Caches and Local Memories

Subsections describe the individual cache and local memory options in more detail.

Cadence allows up to six local memory interfaces on each of the instructions and data sides. Each interface might be a local RAM, local ROM or cache. Each way of a set-associative cache counts as one interface. The caches can be anywhere from 1 Kilobyte to 128 Kilobytes, from direct-mapped to 4-way set associative, with line sizes from 16 bytes to 256 bytes.

Caches allow reasonably robust performance with minimal effort. Local memories potentially allow higher performance and efficiency, but not always. Local memories support external DMA engines through the processor’s inbound PIF port. DMA allows you to work on one block of data while loading another block in the background. DMA potentially completely avoids the penalties of a cache miss. Of course, this only works if the working set sizes of the current block plus the block being loaded in parallel together are small enough to fit inside the local memory.

Caches work well when the total memory being used is significantly larger than the local memory size but the working set at any given time is sufficiently small. Local memories are much harder to use in such scenarios. Data must be explicitly and manually moved into and out of the local memory. Partitioning code is not always easy. You may try to use both local memories and caches, putting your frequently used data or code in local memories while leaving caches to handle the rest. This can be very effective if some code or data is small and used frequently, and other code or data is very large and is being streamed into the processor. Frequently, however, making such a clean partition is difficult; hardware does a better job of dynamically allocating memory to caches than you can statically. Local memories require less power to access than equivalently sized caches. Direct-mapped caches require significantly less power than set associative caches. Direct-mapped caches can perform well, but performance can be less robust. Small changes to an application can have a dramatic performance impact if two pieces of code or data suddenly fall into the same cache location. With direct-mapped caches, be certain to utilize some of the performance tuning and measuring methodologies described in Chapter 2 to make sure that you are not thrashing the cache. In particular, the Cache Explorer allows you to automatically simulate performance and power usage for various cache systems on your actual application, and the Link Order tool allows you to rearrange your code to minimize instruction cache misses.

Two local memories of size n/2 require less power than one local memory of size n. Two local memories can also increase the performance of DMA because the DMA engine writing into one memory will not compete for bandwidth with the processor trying to access the other memory. However, with two local memories, you must partition the data or code between the two local memories. Cadence also supports line locking of all but one way in a set associative cache. Line locking provides some of the benefits of local memories in a cache. In order to effectively utilize line locking, you must explicitly identify data or code that is small and frequently used. As with local memories, it is often hard to statically partition as well as the hard- ware caching mechanism is able to automatically partition.

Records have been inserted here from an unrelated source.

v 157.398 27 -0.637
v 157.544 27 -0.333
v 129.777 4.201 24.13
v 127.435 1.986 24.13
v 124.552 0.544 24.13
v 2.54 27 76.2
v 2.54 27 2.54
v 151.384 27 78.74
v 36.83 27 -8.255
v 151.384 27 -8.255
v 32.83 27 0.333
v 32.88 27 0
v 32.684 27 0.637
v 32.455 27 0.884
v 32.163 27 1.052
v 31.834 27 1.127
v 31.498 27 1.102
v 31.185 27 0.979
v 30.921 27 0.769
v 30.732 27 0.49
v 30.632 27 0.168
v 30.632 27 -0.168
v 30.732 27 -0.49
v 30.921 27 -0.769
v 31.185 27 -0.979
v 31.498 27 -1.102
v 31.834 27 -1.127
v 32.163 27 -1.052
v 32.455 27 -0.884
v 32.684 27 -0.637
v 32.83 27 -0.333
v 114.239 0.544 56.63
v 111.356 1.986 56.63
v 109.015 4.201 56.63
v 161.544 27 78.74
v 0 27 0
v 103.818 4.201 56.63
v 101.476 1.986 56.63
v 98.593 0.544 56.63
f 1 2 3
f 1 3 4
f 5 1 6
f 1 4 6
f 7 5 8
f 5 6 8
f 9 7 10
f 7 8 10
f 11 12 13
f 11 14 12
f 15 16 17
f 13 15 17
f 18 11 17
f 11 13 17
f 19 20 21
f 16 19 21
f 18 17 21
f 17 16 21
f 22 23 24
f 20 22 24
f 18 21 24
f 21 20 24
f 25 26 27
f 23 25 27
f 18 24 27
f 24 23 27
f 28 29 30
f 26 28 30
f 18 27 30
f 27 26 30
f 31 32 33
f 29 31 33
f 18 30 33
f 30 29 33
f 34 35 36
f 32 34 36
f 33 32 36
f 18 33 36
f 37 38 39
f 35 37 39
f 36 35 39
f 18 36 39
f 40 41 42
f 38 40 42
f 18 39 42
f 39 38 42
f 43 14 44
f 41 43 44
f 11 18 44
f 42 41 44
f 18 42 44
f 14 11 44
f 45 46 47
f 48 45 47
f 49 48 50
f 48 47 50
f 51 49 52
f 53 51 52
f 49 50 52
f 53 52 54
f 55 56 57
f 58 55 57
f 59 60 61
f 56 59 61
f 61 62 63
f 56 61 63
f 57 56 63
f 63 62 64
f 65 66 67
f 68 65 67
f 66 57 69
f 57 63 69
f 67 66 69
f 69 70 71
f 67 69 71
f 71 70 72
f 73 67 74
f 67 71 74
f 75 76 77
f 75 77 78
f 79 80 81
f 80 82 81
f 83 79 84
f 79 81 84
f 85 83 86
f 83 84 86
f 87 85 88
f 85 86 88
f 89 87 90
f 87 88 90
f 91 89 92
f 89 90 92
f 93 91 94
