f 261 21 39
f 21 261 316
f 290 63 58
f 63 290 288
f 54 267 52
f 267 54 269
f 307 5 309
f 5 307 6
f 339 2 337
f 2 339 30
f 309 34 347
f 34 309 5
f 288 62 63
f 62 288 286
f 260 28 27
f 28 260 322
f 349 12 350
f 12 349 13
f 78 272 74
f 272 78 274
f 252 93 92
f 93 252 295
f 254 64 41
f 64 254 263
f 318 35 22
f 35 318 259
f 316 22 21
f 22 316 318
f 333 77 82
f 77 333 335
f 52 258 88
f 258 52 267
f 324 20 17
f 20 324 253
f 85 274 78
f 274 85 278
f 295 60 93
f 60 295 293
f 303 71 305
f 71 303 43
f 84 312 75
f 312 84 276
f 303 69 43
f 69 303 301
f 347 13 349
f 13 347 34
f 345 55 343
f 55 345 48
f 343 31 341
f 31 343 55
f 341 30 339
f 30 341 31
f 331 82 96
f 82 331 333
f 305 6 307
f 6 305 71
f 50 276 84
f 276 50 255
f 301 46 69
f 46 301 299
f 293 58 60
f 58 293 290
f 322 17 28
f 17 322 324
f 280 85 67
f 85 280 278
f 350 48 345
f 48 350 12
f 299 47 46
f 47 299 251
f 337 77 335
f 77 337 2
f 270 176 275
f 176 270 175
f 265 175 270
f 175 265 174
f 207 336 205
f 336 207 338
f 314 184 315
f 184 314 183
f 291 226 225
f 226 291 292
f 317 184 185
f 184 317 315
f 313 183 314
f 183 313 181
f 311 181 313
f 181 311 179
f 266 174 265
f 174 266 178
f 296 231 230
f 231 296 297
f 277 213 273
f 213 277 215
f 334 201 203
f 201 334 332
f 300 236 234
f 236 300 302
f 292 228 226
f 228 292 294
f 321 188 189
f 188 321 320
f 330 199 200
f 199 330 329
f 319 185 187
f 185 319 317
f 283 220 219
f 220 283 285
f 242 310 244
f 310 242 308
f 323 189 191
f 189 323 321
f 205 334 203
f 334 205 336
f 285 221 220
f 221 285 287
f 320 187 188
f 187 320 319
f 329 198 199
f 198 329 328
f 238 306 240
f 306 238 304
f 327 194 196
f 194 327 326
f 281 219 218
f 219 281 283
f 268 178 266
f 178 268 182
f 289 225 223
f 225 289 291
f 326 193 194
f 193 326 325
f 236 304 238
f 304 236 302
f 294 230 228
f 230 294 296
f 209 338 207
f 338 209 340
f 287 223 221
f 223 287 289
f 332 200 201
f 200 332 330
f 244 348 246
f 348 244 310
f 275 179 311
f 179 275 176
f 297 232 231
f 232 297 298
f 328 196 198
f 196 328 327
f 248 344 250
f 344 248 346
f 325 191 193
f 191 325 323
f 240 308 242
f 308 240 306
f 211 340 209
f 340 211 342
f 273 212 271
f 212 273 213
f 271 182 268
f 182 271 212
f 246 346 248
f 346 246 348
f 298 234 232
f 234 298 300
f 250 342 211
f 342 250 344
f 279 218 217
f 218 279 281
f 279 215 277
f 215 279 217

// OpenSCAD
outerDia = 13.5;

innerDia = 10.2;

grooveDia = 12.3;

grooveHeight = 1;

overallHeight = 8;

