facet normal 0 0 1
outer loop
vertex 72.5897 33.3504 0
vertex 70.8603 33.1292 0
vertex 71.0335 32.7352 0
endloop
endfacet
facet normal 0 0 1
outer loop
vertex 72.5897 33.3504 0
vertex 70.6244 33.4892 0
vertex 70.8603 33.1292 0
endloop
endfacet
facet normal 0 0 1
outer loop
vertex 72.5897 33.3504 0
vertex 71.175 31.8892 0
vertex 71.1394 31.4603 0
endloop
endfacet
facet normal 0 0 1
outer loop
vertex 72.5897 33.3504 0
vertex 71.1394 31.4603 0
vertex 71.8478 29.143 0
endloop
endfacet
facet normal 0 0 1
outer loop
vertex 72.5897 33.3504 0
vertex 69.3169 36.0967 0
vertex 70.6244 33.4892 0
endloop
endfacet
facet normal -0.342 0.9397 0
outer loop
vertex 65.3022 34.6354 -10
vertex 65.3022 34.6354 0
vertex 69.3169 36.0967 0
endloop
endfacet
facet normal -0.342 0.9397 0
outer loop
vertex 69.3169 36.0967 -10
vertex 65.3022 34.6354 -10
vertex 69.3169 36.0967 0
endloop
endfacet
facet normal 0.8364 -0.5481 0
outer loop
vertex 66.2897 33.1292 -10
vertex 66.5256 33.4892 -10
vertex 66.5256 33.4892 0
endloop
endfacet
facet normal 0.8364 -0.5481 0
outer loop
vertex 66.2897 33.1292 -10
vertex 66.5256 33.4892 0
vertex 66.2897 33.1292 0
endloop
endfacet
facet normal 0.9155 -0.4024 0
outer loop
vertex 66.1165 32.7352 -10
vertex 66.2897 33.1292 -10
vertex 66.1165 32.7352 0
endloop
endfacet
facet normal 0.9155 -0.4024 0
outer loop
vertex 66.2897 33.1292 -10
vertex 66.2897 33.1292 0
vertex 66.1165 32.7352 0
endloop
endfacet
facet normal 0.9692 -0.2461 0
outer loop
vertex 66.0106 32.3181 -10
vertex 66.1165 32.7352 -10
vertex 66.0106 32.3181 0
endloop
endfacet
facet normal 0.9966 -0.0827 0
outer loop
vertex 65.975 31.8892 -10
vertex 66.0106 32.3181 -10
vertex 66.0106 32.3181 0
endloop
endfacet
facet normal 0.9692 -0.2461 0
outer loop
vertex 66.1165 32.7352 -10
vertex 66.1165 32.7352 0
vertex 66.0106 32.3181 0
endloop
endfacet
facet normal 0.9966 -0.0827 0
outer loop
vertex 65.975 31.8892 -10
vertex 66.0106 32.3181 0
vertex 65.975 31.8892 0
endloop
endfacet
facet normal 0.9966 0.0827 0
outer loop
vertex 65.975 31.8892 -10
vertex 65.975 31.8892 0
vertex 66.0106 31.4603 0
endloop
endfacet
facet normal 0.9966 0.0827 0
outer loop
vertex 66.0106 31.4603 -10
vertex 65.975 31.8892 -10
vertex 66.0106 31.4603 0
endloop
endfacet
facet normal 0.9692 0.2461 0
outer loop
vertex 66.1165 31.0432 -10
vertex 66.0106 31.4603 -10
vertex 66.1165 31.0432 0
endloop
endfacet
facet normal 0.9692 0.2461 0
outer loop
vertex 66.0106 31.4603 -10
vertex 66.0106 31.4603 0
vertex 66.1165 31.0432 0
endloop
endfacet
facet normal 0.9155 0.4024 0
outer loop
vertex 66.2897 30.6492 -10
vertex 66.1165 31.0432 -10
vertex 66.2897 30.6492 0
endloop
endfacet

Caches and local data memories can be divided into one to four banks. The data memory is divided into banks so that successive data memory width sized accesses go to different banks. At most one load or store can go to any one bank in a cycle. On configurations that support multiple loads or stores per cycle or on systems with DMA, using more banks will minimize the number of stalls due to bank conflicts.

See the appropriate Data Book for more detailed information.